In order to improve the application services of geostationary meteorological satellites in China, we analyzed the relevant channel data of the FY-4B/AGRI and GK-2A/AMI for typical applications, such as fire point identification, and we evaluated the differences in the radiation response characteristics of the two remote sensors for the reflectivity and TB.

In general, the observations of the AGRI and AMI are in good agreement, with R values of more than 0.96 and RMSE values of less than 1.88%/1.08 K. The radiometric calibration accuracy of the two remote sensors is high, and the systematic bias caused by the radiometric calibration is not large. The reflectivity of the AGRI is higher than that of the AMI in terms of mean bias, reflectivities from the shortwave channels show a range of 0.50% to 1.69%, with channel VIR004 being exceptionally good with values of 0.50%. The dispersion of the reflectivity difference between the AGRI and AMI at the short-wavelength (0.41–0.96 µm) channels is smaller than that at the longer-wavelength (1.35–1.68 µm) channels. The mean biases in the IR channels range from 0.11 to 0.57 K, with channel IR120 being the most accurate with 0.11 K. The TB data observed by the AGRI are higher than those of AMI at conditions above 310 K. The mean biases of the NR013 channel are large (about 1.5%) and scattered when the observed target is a cloud; this is due to the fact that the NR013 channel contains information about the absorption of water vapor in the clouds, which are constantly changing. In the case of observing the same target, the difference in the TB due to the random noise signal is small.

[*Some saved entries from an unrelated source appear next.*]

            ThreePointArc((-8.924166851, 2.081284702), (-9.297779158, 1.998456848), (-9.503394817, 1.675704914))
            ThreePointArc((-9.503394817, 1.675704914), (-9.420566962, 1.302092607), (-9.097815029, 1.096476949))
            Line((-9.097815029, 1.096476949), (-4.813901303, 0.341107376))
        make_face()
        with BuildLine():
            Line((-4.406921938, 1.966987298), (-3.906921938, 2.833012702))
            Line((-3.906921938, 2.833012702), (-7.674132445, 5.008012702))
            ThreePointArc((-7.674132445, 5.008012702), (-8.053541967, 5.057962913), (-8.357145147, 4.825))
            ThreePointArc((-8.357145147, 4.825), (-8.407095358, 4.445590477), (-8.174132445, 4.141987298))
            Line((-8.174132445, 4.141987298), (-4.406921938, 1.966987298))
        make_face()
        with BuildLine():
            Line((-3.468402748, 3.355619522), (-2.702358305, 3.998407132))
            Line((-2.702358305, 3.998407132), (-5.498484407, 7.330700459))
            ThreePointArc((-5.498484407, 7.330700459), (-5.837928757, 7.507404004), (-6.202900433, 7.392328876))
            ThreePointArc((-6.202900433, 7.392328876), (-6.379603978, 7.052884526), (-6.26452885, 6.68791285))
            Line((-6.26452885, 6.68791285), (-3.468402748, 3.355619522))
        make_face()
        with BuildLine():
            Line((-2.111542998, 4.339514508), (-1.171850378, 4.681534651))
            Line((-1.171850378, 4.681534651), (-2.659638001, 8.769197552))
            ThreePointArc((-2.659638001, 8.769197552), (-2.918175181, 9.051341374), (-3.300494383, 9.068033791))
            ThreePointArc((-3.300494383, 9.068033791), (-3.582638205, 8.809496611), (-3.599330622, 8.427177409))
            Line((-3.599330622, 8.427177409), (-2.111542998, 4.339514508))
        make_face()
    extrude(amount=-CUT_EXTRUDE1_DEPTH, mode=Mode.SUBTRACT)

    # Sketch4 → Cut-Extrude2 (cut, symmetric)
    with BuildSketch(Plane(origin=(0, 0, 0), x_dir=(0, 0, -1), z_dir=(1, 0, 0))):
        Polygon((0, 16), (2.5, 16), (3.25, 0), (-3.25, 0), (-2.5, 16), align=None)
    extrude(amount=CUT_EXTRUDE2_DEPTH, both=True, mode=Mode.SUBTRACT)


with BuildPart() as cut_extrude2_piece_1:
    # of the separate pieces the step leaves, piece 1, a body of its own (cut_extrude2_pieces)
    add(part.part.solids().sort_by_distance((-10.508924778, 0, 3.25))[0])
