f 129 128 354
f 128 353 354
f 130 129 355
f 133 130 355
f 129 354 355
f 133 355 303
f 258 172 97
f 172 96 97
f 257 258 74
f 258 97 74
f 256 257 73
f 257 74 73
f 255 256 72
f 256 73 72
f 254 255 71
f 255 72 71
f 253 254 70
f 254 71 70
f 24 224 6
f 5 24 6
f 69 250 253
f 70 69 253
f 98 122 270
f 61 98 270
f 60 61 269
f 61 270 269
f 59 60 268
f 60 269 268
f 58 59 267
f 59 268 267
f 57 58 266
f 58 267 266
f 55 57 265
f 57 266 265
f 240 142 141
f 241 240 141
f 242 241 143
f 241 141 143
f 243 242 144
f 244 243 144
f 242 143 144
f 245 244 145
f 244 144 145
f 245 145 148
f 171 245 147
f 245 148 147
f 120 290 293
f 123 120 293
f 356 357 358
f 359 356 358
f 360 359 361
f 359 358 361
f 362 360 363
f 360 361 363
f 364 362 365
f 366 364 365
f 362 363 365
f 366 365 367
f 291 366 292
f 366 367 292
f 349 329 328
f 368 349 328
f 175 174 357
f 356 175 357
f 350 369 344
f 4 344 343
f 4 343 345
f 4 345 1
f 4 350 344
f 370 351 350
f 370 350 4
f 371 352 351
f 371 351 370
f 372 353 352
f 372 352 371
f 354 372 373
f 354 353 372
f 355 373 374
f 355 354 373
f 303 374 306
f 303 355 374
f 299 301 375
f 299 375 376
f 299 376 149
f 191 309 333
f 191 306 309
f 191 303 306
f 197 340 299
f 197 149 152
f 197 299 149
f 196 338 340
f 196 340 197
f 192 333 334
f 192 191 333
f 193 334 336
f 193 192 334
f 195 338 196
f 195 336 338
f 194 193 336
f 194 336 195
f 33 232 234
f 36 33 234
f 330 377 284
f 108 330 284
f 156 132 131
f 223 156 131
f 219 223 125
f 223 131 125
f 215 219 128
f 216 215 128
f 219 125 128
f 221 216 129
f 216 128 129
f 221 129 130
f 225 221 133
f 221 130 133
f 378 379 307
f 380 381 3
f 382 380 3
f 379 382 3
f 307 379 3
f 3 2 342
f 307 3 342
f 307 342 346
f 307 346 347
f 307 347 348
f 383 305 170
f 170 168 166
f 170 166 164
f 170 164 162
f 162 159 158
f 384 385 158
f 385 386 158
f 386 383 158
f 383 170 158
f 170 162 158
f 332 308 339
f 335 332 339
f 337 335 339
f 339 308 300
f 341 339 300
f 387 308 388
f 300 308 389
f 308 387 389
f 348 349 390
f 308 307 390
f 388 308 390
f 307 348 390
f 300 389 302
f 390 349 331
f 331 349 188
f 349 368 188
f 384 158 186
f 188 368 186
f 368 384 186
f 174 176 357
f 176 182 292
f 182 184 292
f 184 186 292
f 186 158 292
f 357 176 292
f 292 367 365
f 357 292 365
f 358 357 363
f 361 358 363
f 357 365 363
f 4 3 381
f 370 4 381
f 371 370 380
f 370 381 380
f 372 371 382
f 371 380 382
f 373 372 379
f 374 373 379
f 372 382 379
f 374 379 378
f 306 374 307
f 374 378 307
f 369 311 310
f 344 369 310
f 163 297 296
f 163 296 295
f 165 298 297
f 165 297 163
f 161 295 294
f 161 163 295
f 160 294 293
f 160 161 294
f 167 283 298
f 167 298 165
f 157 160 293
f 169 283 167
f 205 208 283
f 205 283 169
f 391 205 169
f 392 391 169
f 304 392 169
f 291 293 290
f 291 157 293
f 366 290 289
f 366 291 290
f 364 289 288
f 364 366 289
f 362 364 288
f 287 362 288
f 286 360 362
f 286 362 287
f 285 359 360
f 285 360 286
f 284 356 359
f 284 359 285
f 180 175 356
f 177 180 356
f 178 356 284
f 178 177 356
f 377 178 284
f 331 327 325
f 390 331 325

Using multiple geostationary satellite products can improve the capability of quantitative remote sensing services. In this research, the differences in the radiation response characteristics of the two remote sensors are analyzed by comparing the FY-4B/AGRI and GK-2A/AMI data. The results indicate that these differences present different characteristics with changes in spatial regions, underlying surface types, and reflected/emitted energy. The analysis suggests that the data differences between the two remote sensors can be remarkably reduced by revising mean biases. However, considering the demand for refined services, in the subsequent development and improvement of quantitative product algorithms, and the fusion of multi-source quantitative products, it is necessary to further analyze and investigate data characteristics in detail for specific situations of applications, such as regions and underlying surface types. In particular, the effect of differences in the SRFs combined with the spectral curve of a specific target on quantitative products needs to be studied.